[Stored data entries]
*****
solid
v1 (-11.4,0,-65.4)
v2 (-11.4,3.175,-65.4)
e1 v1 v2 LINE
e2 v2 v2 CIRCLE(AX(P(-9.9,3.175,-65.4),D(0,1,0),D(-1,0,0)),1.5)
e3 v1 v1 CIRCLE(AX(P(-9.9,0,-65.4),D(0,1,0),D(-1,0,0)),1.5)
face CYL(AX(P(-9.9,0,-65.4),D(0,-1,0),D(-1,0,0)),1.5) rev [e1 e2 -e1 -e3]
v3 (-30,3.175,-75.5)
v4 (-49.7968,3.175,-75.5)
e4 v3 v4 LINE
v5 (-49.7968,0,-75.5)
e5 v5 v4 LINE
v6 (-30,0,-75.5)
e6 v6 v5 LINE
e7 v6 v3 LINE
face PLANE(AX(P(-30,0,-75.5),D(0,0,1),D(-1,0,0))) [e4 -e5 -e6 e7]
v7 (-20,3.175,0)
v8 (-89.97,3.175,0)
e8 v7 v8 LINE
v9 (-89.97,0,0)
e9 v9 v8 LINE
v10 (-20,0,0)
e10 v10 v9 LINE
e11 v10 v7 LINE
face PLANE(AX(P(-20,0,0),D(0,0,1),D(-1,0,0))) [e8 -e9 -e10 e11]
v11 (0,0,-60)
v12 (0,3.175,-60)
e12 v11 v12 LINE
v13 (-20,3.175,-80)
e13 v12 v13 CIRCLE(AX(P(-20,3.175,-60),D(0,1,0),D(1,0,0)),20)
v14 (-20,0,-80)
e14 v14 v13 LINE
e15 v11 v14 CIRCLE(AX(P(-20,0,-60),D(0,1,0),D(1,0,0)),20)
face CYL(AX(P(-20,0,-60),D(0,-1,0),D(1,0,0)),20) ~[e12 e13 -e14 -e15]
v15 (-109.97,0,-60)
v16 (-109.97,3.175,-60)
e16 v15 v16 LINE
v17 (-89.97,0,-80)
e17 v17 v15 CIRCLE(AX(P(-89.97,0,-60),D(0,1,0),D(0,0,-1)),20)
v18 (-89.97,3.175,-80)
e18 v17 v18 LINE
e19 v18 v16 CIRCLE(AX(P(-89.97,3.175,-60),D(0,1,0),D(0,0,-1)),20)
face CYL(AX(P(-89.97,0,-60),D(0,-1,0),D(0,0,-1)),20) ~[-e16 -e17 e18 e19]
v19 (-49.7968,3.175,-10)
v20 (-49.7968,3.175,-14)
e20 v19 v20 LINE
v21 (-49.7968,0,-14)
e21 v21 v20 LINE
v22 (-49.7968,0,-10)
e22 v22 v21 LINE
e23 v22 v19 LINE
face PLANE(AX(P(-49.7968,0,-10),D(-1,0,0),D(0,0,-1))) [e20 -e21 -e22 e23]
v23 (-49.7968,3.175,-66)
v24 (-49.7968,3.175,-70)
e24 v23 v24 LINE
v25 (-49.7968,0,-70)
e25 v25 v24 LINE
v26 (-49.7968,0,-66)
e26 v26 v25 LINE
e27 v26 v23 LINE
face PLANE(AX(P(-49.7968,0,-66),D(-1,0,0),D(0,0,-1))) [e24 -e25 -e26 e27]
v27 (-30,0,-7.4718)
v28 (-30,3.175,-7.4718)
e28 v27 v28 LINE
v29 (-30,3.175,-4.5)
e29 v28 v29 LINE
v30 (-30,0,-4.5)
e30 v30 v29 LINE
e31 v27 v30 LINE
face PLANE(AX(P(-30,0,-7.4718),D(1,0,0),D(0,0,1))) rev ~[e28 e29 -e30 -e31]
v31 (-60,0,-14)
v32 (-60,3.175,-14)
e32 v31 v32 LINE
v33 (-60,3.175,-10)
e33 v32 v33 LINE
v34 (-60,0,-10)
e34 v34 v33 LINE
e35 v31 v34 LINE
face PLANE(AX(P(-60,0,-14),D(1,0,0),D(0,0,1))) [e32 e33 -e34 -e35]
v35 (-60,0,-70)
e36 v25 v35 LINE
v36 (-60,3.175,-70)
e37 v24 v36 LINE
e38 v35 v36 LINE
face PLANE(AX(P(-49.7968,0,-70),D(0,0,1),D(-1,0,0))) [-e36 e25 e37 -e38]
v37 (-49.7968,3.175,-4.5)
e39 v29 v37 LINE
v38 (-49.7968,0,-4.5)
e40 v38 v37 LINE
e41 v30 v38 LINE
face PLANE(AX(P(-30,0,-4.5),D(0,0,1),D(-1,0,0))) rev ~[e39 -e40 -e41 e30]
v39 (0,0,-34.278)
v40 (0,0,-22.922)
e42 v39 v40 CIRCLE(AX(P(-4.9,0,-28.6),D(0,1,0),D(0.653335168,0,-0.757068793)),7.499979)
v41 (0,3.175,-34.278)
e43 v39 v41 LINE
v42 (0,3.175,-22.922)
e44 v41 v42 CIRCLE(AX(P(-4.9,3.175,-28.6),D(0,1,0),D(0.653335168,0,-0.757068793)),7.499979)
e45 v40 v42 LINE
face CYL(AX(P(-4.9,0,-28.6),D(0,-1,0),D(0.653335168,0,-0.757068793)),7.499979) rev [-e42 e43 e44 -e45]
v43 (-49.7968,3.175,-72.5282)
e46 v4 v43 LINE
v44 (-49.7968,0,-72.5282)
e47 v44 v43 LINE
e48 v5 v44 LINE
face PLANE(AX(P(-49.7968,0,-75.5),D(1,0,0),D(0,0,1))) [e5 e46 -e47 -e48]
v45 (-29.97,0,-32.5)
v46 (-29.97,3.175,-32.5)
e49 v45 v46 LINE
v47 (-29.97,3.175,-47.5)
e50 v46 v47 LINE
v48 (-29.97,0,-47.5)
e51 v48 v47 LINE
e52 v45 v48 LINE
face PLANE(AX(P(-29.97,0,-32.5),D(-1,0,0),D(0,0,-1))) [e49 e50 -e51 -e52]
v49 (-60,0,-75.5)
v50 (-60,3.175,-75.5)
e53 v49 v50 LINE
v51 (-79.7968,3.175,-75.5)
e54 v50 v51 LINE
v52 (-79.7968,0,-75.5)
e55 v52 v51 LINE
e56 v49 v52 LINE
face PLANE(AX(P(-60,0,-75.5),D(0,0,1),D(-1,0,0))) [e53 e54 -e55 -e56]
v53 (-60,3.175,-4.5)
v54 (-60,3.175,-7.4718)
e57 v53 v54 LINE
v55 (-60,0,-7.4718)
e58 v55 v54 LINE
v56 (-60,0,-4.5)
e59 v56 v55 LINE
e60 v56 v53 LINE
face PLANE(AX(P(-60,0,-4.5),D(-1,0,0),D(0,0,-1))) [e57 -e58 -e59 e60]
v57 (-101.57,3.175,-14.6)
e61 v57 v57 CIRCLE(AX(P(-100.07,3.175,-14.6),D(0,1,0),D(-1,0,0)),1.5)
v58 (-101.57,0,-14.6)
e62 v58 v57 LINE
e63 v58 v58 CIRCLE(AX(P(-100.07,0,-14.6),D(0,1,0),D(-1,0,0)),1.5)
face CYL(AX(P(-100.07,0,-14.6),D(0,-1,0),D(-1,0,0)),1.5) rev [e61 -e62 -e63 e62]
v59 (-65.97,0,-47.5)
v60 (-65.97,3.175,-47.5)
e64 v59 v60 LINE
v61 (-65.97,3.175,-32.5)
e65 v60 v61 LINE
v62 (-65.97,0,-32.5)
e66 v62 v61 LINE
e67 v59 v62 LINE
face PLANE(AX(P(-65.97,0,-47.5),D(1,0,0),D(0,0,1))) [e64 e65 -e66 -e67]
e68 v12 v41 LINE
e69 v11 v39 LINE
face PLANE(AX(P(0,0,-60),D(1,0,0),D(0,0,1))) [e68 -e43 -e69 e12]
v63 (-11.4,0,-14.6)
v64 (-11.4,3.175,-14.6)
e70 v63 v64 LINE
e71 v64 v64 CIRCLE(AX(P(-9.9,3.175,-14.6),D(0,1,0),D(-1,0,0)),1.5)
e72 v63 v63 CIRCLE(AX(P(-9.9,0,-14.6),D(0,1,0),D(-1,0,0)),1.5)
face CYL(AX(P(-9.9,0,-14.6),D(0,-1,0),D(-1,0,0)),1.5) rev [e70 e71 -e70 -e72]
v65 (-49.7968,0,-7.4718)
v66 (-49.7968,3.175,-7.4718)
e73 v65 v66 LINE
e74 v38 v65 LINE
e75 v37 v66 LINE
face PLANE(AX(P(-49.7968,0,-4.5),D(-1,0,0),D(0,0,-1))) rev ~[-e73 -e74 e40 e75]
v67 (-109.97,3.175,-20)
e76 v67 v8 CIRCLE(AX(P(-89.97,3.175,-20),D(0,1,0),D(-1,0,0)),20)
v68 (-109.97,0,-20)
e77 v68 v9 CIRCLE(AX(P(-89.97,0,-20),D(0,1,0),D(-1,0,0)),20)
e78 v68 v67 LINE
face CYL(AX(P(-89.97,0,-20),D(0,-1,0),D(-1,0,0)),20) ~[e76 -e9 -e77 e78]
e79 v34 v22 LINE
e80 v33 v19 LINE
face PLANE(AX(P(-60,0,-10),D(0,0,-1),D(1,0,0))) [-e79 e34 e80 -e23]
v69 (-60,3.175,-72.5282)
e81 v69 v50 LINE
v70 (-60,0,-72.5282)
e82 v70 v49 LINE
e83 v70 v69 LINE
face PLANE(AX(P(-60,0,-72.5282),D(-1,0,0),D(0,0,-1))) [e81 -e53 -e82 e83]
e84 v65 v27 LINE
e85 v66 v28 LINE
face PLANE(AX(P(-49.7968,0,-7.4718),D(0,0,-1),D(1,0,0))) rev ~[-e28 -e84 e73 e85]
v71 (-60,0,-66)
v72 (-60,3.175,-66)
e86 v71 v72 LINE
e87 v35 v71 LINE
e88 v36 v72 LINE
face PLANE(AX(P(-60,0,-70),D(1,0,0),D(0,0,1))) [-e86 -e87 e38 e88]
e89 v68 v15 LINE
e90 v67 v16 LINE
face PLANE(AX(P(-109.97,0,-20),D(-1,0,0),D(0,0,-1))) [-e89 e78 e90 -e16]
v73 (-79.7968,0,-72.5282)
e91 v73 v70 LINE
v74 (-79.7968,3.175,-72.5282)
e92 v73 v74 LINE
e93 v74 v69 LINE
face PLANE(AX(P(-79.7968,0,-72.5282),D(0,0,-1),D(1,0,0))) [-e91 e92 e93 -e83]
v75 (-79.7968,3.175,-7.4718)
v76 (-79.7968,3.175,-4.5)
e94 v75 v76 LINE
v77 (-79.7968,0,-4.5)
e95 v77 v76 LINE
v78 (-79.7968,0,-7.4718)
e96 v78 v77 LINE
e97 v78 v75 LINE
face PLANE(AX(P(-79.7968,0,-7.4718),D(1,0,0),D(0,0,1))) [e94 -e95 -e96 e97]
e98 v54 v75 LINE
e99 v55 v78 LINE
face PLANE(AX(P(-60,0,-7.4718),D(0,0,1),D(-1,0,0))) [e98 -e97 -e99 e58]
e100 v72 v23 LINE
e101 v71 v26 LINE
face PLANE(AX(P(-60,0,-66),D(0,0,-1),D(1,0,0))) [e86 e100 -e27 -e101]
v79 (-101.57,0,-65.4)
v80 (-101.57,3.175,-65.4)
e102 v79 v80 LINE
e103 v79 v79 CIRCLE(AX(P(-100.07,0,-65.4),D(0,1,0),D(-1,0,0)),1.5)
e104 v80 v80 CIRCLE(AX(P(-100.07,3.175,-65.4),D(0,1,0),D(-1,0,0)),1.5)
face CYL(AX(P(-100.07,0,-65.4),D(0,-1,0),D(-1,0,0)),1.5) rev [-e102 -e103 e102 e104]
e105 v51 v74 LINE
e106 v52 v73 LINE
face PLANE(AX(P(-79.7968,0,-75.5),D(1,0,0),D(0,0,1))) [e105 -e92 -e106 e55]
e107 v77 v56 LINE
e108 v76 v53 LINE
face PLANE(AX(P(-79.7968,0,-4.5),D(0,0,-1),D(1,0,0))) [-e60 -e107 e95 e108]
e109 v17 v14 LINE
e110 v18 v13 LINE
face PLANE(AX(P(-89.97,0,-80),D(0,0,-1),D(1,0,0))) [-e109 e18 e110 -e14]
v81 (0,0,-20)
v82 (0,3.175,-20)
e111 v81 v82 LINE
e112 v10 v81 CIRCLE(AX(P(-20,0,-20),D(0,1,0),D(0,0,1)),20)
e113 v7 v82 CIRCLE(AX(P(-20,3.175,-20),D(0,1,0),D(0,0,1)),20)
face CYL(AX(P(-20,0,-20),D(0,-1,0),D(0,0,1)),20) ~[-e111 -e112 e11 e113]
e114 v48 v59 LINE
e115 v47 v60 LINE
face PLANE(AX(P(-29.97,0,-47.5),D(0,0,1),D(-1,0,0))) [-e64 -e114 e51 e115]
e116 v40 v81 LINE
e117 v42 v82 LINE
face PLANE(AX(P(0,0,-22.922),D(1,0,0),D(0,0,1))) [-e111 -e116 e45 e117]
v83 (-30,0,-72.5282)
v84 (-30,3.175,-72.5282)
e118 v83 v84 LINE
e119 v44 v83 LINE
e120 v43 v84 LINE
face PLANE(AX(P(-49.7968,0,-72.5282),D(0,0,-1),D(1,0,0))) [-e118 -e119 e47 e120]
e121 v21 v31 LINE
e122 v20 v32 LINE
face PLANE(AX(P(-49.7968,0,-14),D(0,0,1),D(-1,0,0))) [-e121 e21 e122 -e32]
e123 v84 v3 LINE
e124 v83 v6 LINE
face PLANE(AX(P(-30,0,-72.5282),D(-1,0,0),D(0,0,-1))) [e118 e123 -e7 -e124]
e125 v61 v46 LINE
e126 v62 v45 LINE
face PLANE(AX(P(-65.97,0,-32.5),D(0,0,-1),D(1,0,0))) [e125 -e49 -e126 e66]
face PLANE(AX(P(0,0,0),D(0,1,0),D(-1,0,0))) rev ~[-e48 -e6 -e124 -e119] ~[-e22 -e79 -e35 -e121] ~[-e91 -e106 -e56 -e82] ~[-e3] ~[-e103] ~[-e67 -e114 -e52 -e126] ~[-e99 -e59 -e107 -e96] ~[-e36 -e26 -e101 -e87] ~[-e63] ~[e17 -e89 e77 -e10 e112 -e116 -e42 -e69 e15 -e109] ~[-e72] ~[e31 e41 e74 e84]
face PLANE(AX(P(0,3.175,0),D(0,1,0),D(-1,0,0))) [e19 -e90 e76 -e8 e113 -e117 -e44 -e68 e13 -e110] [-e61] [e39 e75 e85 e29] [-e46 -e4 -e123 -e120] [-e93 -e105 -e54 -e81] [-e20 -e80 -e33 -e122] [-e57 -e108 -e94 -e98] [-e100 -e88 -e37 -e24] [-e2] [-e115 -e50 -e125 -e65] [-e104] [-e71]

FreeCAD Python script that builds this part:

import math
import FreeCAD as App
import Part
import Sketcher
Q = App.Units.Quantity


def add_polygon(sketch, points):
    """Adds a closed chain of lines whose ends are joined by coincident constraints."""
    first, n = sketch.GeometryCount, len(points)
    for a, b in zip(points, points[1:] + points[:1]):
        sketch.addGeometry(Part.LineSegment(App.Vector(*a, 0), App.Vector(*b, 0)), False)
    for i in range(n):
        sketch.addConstraint(Sketcher.Constraint("Coincident", first + i, 2, first + (i + 1) % n, 1))

doc = App.newDocument("Part")
body = doc.addObject("PartDesign::Body", "Body")

# Sketch on XZ plane
sketch1 = body.newObject("Sketcher::SketchObject", "Sketch")
sketch1.AttachmentSupport = (doc.getObject("XZ_Plane"), [""])
sketch1.MapMode = "FlatFace"
sketch1.addGeometry(Part.LineSegment(App.Vector(-90, 0, 0), App.Vector(-20, 0, 0)), False)  # 0
sketch1.addGeometry(Part.ArcOfCircle(Part.Circle(App.Vector(-20, -20, 0), App.Vector(0, 0, 1), 20), math.radians(0), math.radians(90)), False)  # 1
sketch1.addGeometry(Part.LineSegment(App.Vector(0, -20, 0), App.Vector(0, -22.9, 0)), False)  # 2
sketch1.addGeometry(Part.ArcOfCircle(Part.Circle(App.Vector(-4.9, -28.6, 0), App.Vector(0, 0, 1), 7.5), math.radians(49), math.radians(311)), False)  # 3
sketch1.addGeometry(Part.LineSegment(App.Vector(0, -34.3, 0), App.Vector(0, -60, 0)), False)  # 4
sketch1.addGeometry(Part.ArcOfCircle(Part.Circle(App.Vector(-20, -60, 0), App.Vector(0, 0, 1), 20), math.radians(-90), math.radians(0)), False)  # 5
sketch1.addGeometry(Part.LineSegment(App.Vector(-20, -80, 0), App.Vector(-90, -80, 0)), False)  # 6
sketch1.addGeometry(Part.ArcOfCircle(Part.Circle(App.Vector(-90, -60, 0), App.Vector(0, 0, 1), 20), math.radians(180), math.radians(270)), False)  # 7
sketch1.addGeometry(Part.LineSegment(App.Vector(-110, -60, 0), App.Vector(-110, -20, 0)), False)  # 8
sketch1.addGeometry(Part.ArcOfCircle(Part.Circle(App.Vector(-90, -20, 0), App.Vector(0, 0, 1), 20), math.radians(90), math.radians(180)), False)  # 9
sketch1.addGeometry(Part.Circle(App.Vector(-9.9, -65.4, 0), App.Vector(0, 0, 1), 1.5), False)  # 10
add_polygon(sketch1, [(-30, -72.5), (-49.8, -72.5), (-49.8, -75.5), (-30, -75.5)])  # lines 11-14
add_polygon(sketch1, [(-60, -70), (-49.8, -70), (-49.8, -66), (-60, -66)])  # lines 15-18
*****
__WHAT TO WORK ON__. Your task for the entries above: copy exactly the span starting with the line with "e26 v26 v25 LINE" and going on through the line with "e35 v31 v34 LINE", both lines included, and nothing else.

__YOUR RESPONSE__.
e26 v26 v25 LINE
e27 v26 v23 LINE
face PLANE(AX(P(-49.7968,0,-66),D(-1,0,0),D(0,0,-1))) [e24 -e25 -e26 e27]
v27 (-30,0,-7.4718)
v28 (-30,3.175,-7.4718)
e28 v27 v28 LINE
v29 (-30,3.175,-4.5)
e29 v28 v29 LINE
v30 (-30,0,-4.5)
e30 v30 v29 LINE
e31 v27 v30 LINE
face PLANE(AX(P(-30,0,-7.4718),D(1,0,0),D(0,0,1))) rev ~[e28 e29 -e30 -e31]
v31 (-60,0,-14)
v32 (-60,3.175,-14)
e32 v31 v32 LINE
v33 (-60,3.175,-10)
e33 v32 v33 LINE
v34 (-60,0,-10)
e34 v34 v33 LINE
e35 v31 v34 LINE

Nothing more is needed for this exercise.